The New York Times quotes R. Nicholas Burns, a retired career diplomat and an undersecretary of state for President George W. Bush as saying: “From a foreign policy perspective, it’s a colossal mistake — an abdication of American leadership.”
“Pulling out of Paris would be the worst thing for brand America since Abu Ghraib,” said Nigel Purvis, a top environmental negotiator in the Clinton and George W. Bush administrations and the chief executive of Climate Advisers, a consulting firm.
The Brookings Institute has released an article that clearly articulates the view that Trump’s decision to leave Paris is a foreign policy disaster.
At a news conference, China’s Premier Li Keqiang schooled Trump citing the “global consensus” on climate change and calling the orange dictator to honor his “international responsibility” to fight it.
French President Macron said that Trump’s decision was a mistake for the US and the world. He goes on to invite those who want to continue the fight to come to France. He ends by saying that France will continue its climate leadership urging us to be confident that we will succeed.

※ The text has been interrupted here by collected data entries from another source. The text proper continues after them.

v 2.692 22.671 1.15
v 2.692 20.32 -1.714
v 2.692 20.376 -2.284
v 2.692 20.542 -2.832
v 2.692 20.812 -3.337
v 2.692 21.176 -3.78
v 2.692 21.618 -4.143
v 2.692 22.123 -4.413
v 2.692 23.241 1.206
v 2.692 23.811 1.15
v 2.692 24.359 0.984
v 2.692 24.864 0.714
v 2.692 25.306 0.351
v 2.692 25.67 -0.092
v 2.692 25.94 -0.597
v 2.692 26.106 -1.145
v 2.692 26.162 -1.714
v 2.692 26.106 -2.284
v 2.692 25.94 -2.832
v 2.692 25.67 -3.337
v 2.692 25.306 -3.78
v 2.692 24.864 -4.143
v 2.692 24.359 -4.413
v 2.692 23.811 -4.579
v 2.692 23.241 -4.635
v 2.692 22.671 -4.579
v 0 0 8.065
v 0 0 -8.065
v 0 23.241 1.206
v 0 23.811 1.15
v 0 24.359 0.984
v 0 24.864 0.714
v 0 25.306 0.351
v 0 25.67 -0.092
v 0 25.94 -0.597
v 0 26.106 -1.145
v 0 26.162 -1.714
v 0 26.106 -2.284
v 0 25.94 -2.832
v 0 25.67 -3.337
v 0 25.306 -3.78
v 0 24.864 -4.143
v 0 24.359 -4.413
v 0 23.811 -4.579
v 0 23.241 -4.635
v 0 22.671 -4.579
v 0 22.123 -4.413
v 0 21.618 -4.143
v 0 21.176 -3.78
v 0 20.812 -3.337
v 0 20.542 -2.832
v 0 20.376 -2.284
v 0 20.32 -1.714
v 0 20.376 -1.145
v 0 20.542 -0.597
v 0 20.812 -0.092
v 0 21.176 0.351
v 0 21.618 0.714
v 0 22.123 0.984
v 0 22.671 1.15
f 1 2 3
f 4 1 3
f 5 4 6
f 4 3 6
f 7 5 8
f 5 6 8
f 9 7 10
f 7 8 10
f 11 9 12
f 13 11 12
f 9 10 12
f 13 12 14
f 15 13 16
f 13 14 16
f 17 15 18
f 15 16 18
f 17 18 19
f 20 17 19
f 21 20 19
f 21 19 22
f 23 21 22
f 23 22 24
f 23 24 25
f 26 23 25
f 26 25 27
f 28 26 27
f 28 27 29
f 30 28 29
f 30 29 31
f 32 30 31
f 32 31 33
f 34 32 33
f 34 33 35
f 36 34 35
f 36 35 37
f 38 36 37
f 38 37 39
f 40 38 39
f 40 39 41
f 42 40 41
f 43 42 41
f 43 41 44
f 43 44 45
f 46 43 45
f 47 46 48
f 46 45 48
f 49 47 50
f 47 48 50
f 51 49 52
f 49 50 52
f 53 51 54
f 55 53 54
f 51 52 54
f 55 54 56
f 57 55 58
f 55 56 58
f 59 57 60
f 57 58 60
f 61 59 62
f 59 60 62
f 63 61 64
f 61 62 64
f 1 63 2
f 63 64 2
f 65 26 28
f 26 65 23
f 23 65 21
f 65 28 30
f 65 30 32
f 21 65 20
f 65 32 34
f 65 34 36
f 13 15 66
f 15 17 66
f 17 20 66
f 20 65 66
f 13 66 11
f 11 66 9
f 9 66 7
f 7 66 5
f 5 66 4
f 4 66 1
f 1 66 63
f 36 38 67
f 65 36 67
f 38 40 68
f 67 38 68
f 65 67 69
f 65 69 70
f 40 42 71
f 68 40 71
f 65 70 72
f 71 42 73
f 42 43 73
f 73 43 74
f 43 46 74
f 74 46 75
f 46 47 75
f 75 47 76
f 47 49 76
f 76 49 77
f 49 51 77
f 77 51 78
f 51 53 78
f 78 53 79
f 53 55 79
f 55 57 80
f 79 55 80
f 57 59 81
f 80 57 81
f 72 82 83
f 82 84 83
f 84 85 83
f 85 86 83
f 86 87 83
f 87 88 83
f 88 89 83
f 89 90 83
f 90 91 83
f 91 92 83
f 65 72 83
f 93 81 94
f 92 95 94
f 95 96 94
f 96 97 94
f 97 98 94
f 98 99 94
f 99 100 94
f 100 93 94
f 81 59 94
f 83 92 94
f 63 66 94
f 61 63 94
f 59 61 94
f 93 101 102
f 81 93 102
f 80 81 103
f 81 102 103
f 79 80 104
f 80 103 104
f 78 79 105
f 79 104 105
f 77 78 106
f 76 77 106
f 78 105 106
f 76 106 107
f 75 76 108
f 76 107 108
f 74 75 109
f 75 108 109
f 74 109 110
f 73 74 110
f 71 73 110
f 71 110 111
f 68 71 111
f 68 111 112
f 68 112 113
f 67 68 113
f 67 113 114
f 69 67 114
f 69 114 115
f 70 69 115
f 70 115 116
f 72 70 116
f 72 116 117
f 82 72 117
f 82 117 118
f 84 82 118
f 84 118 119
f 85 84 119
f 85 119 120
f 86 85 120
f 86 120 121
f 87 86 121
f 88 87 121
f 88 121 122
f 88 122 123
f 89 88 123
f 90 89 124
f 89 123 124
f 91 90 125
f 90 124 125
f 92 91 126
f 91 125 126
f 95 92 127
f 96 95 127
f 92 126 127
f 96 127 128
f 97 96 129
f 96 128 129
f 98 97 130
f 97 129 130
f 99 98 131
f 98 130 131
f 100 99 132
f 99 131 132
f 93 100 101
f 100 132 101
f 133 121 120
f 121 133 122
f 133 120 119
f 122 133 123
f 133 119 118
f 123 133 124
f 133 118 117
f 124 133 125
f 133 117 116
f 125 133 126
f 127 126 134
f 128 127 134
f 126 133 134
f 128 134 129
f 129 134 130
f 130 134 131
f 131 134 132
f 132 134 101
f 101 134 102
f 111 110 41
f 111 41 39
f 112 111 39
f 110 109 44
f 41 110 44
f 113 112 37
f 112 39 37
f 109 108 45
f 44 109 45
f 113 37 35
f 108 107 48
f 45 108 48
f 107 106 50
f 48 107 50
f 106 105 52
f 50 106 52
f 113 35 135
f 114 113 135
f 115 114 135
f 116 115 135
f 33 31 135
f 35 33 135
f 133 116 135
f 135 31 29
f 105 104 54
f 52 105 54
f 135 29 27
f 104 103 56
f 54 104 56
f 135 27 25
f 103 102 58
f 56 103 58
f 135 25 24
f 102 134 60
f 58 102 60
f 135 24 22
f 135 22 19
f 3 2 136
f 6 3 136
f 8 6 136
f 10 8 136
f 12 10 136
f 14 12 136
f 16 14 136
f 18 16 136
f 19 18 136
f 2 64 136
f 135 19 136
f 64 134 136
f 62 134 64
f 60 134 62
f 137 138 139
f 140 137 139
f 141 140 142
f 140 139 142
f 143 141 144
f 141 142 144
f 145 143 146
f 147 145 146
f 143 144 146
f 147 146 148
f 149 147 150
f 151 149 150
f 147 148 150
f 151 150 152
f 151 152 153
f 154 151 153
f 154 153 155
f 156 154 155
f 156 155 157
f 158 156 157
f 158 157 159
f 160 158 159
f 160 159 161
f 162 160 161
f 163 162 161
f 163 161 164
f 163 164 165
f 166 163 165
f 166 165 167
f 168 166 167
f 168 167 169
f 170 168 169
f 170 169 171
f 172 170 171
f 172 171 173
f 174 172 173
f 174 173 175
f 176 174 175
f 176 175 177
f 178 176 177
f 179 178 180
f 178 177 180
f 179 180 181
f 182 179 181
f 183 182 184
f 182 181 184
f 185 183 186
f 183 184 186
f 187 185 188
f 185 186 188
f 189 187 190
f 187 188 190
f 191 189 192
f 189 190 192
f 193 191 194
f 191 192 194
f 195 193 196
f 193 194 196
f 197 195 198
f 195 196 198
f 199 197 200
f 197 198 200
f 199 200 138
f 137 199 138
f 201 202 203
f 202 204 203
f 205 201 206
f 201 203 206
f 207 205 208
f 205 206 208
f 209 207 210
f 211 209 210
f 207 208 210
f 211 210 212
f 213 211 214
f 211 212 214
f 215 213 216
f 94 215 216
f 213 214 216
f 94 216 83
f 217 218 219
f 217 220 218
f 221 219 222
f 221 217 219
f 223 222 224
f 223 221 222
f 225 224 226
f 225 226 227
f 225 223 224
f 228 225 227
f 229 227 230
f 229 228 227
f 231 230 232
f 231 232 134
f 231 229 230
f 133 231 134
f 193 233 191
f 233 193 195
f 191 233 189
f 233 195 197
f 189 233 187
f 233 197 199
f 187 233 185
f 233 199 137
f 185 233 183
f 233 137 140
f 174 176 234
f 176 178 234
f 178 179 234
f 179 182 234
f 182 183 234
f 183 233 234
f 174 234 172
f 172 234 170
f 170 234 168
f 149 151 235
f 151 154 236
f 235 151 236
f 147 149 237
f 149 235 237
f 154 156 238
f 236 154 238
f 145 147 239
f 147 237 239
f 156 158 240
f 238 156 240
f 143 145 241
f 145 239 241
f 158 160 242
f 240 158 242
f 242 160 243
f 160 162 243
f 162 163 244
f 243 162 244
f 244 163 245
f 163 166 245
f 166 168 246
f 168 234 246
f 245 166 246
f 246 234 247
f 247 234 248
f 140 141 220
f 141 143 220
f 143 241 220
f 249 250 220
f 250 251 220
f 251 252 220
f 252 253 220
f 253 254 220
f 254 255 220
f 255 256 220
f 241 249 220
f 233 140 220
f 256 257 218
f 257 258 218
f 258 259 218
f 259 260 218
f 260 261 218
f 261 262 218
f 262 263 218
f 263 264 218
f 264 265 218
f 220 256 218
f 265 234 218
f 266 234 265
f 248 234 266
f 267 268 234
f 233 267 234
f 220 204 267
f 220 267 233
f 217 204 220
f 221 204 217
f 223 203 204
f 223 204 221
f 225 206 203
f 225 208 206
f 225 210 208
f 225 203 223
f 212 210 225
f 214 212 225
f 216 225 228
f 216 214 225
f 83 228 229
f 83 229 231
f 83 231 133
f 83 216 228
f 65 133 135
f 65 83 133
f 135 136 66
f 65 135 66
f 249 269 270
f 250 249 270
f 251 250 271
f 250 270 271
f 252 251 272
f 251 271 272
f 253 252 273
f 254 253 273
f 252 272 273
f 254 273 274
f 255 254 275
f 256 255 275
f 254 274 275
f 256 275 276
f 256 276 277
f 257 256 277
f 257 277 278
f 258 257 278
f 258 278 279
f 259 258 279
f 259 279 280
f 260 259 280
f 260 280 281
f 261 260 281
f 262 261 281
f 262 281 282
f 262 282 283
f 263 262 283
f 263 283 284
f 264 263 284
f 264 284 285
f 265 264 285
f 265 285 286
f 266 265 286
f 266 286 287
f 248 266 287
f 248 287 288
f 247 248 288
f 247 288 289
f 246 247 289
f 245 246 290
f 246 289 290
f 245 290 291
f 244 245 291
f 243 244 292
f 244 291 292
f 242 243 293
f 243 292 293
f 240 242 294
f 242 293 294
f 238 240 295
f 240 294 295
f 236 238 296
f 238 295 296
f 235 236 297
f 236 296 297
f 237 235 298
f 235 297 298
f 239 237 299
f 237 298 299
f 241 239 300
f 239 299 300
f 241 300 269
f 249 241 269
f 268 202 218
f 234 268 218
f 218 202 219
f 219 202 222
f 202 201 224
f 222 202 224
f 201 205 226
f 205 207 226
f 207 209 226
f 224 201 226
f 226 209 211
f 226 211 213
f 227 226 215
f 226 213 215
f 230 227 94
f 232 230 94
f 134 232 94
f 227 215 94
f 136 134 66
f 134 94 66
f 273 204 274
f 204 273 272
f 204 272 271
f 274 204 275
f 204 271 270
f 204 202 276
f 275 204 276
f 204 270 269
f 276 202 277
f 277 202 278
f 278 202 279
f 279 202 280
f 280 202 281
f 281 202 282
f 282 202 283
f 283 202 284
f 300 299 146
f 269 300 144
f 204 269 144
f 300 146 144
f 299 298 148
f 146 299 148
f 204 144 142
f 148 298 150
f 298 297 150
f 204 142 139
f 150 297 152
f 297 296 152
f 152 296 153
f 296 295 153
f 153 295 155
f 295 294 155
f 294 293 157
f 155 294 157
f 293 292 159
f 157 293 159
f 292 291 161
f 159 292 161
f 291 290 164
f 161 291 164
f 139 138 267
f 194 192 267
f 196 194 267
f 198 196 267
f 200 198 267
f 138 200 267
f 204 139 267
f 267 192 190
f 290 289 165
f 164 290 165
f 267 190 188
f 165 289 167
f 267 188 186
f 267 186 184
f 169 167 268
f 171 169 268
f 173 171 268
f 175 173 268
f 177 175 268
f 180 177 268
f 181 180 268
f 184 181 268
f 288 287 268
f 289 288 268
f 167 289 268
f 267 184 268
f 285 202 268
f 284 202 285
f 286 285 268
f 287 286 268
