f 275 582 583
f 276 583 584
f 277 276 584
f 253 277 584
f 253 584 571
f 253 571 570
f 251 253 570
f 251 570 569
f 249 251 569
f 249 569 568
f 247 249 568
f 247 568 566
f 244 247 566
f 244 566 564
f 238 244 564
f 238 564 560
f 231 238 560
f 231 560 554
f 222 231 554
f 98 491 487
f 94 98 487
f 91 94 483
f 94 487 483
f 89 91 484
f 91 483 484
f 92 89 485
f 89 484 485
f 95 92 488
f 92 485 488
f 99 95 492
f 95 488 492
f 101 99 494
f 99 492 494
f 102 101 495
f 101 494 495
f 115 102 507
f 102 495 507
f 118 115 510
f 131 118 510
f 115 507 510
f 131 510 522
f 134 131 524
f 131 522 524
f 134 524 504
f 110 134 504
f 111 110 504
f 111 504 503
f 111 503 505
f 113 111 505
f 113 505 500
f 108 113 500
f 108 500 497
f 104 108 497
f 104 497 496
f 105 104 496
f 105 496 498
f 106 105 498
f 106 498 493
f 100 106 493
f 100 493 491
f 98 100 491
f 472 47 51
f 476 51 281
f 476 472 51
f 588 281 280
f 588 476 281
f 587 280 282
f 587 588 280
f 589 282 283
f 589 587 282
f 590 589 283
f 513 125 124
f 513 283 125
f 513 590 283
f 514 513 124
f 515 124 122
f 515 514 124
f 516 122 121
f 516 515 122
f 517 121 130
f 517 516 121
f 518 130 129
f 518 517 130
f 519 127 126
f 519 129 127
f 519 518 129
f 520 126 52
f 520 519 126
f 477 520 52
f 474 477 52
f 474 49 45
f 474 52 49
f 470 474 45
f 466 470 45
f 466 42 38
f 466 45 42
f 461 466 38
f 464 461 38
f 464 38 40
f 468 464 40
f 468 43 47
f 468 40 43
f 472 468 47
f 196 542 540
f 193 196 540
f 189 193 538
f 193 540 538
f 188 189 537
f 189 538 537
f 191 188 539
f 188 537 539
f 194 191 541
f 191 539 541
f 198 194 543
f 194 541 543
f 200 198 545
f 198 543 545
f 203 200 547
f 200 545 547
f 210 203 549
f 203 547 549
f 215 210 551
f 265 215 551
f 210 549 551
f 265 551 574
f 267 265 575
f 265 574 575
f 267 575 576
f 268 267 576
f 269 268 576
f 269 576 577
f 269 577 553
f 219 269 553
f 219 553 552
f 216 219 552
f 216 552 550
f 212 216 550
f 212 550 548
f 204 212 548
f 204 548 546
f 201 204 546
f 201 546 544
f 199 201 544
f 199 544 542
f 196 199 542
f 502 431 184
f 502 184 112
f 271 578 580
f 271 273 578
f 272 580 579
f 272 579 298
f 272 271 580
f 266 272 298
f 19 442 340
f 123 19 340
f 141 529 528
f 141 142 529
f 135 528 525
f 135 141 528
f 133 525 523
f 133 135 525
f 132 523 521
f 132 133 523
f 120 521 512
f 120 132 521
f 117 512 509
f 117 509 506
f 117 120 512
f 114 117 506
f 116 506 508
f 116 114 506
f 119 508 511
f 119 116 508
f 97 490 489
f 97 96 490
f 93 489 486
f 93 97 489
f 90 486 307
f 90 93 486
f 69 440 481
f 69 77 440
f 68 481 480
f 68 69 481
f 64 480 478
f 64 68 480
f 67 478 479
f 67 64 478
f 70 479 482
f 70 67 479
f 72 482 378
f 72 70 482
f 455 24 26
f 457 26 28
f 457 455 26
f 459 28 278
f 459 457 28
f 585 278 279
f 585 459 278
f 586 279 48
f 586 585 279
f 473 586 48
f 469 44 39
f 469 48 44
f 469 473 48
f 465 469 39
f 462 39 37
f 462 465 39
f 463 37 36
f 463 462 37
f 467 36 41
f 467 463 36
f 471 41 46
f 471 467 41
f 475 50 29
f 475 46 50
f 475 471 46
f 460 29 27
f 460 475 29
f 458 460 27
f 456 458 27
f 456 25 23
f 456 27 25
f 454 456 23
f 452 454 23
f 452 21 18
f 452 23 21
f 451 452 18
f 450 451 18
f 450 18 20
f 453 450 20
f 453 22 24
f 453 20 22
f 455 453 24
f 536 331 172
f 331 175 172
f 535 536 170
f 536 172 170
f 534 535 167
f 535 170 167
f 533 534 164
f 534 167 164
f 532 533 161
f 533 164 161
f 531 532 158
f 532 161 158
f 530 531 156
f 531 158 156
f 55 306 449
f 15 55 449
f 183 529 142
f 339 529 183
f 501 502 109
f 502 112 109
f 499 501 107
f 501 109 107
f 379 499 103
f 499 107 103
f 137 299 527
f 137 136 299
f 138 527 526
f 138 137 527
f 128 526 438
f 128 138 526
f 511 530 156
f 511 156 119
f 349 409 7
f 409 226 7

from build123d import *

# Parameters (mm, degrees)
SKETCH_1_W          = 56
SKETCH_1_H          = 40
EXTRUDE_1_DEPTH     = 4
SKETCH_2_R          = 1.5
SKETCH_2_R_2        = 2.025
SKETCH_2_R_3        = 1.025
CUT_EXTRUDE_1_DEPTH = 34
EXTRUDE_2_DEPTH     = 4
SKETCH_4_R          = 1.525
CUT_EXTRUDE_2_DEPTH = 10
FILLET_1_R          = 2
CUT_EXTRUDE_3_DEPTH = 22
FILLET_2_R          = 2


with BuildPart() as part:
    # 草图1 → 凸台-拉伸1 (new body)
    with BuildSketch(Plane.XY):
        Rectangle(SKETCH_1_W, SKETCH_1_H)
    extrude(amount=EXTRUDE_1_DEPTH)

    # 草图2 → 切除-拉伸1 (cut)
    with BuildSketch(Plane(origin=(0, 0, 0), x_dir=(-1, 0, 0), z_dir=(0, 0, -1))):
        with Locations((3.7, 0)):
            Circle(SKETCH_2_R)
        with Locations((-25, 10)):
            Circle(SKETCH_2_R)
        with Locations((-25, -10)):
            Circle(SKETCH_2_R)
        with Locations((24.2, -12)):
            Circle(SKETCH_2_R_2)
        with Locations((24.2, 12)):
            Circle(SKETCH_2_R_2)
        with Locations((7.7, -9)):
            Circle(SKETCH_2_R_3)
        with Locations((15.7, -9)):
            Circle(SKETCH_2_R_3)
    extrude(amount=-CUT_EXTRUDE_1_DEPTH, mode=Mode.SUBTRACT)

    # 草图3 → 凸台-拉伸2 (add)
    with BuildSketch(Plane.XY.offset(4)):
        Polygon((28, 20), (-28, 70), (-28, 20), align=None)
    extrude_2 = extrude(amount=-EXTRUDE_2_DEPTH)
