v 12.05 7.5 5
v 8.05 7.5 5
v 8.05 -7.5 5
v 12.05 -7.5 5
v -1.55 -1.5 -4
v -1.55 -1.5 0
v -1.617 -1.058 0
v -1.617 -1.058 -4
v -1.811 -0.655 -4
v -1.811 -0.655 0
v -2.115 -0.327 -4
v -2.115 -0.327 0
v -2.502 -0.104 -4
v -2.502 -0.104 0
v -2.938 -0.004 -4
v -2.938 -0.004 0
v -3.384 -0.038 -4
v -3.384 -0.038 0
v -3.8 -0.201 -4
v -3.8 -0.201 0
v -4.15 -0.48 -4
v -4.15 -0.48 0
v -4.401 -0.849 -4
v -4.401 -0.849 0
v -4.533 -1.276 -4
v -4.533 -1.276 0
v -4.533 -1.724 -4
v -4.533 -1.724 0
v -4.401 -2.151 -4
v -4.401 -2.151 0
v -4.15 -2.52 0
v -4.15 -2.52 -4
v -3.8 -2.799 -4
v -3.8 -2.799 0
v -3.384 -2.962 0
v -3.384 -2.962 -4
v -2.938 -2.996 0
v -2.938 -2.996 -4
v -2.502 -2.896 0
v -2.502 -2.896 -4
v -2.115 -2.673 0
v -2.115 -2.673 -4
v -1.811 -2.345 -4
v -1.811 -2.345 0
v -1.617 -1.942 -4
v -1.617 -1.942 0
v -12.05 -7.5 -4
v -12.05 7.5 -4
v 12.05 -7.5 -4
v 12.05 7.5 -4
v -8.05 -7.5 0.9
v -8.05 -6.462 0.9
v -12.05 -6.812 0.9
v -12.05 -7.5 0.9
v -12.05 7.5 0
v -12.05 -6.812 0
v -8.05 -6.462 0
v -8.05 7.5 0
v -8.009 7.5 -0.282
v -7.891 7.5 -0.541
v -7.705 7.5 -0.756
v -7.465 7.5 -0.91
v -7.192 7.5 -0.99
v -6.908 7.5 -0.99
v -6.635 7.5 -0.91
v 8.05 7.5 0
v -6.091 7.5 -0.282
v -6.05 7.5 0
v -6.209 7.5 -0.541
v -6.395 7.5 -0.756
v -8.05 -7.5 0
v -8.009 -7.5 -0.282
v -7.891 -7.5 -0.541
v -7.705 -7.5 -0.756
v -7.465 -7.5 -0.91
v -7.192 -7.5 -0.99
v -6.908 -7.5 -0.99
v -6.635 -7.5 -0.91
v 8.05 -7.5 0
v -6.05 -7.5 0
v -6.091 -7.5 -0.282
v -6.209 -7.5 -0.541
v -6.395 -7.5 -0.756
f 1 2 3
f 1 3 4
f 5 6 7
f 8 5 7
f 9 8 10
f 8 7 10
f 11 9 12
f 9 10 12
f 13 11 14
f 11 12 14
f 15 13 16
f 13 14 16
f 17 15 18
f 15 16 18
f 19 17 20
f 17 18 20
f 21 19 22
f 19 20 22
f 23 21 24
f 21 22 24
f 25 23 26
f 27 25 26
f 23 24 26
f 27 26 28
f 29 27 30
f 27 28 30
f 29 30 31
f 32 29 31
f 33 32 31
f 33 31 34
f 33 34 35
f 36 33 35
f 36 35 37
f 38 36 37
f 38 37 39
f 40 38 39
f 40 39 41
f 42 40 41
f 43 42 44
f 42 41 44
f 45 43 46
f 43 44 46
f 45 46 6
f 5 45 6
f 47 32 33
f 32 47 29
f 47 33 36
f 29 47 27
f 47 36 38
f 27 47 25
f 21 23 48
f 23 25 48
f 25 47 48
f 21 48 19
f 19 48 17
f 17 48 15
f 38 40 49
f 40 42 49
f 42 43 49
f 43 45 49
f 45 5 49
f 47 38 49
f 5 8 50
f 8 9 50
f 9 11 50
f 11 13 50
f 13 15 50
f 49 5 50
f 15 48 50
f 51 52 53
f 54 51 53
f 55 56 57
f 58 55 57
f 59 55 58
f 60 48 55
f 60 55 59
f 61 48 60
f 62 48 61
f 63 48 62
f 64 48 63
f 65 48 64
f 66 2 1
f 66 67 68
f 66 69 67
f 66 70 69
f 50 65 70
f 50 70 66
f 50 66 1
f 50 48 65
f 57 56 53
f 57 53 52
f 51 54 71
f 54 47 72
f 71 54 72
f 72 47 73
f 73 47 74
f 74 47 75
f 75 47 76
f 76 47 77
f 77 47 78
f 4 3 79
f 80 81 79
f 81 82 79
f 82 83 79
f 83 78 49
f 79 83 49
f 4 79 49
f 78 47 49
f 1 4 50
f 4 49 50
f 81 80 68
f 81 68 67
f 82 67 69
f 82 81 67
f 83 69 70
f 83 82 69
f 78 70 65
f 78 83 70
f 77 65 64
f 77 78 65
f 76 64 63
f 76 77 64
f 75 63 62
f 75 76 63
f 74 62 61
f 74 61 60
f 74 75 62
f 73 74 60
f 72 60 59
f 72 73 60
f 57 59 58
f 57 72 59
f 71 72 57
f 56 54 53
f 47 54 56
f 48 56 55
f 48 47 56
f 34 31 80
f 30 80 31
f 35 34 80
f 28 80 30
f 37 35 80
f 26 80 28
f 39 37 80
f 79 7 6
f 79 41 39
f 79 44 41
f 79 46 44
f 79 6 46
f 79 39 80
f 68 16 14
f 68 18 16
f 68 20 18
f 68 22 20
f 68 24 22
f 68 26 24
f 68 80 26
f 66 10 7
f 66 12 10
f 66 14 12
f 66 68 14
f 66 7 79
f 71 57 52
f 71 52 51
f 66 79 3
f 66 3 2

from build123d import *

# Parameters (mm, degrees)
SKETCH_1_W          = 24.1
SKETCH_1_H          = 15
EXTRUDE_1_DEPTH     = 4
CUT_EXTRUDE_1_DEPTH = 15
EXTRUDE_2_DEPTH     = 0.9
SKETCH_4_R          = 1.5
CUT_EXTRUDE_2_DEPTH = 4
SKETCH_5_W          = 4
SKETCH_5_H          = 15
EXTRUDE_3_DEPTH     = 5


with BuildPart() as part:
    # 草图1 → 凸台-拉伸1 (new body)
    with BuildSketch(Plane.XY):
        Rectangle(SKETCH_1_W, SKETCH_1_H)
    extrude(amount=-EXTRUDE_1_DEPTH)

    # 草图2 → 切除-拉伸1 (cut)
    with BuildSketch(Plane.XZ.offset(7.5)):
        with BuildLine():
            Line((-8.05, 0), (-6.05, 0))
            ThreePointArc((-6.05, 0), (-7.05, -1), (-8.05, 0))
        make_face()
    extrude(amount=-CUT_EXTRUDE_1_DEPTH, mode=Mode.SUBTRACT)

    # 草图3 → 凸台-拉伸2 (add)
    with BuildSketch(Plane.XY):
        Polygon((-8.05, -6.462156705), (-8.05, -7.5), (-12.05, -7.5), (-12.05, -6.812111359), align=None)
    extrude(amount=EXTRUDE_2_DEPTH)

    # 草图4 → 切除-拉伸2 (cut)
    with BuildSketch(Plane.XY):
        with Locations((-3.05, -1.5)):
            Circle(SKETCH_4_R)
    extrude(amount=-CUT_EXTRUDE_2_DEPTH, mode=Mode.SUBTRACT)

    # 草图5 → 凸台-拉伸3 (add)
    with BuildSketch(Plane.XY):
        with Locations((10.05, 0)):
            Rectangle(SKETCH_5_W, SKETCH_5_H)
    extrude(amount=EXTRUDE_3_DEPTH)


solid = part.part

New global alliances are already forming that will further marginalize the US. President Xi Jinping of China, the world’s biggest polluter, has promised that his country will continue to act on climate change. During a telephone call in early May with President Emmanuel Macron of France, according to the Chinese Foreign Ministry, Mr. Xi told the newly elected French leader that China and France “should protect the achievements of global governance, including the Paris agreement.”
After Trump announced his decision, Chinese and EU leaders drafted a joint statement on the Paris climate agreement. The statement said the agreement is, “an imperative more important than ever…The Paris Agreement is proof that with shared political will and mutual trust, multilateralism can succeed in building fair and effective solutions to the most critical global problems of our time. The EU and China underline their highest political commitment to the effective implementation of the Paris Agreement in all its aspects.” Both sides say they will step up action and “forge ahead with further policies and measures” to implement their national plans on cutting carbon. Significantly, both the EU and China agree that they will outline their long term low carbon strategies by 2020.”
“The EU and China are joining forces to forge ahead on the implementation of the Paris agreement and accelerate the global transition to clean energy,” said EU climate commissioner Miguel Arias Cañete. “If US-China climate cooperation gave birth to the Paris Agreement, now it is up to EU and China to defend and enhance it,” said Li Shuo, from Greenpeace.
“The Americans can’t just get out of the agreement,” The LA Times quotes European Commission President Jean-Claude Juncker as having said. “[W]e tried to explain this in clear, simple sentences to Mr. Trump,” Juncker said, but “it looks like that attempt failed.”
In his rose garden speech, Trump said the Paris Agreement gives people reason to “laugh at us.” They are laughing Mr. President and it is you that they are laughing at.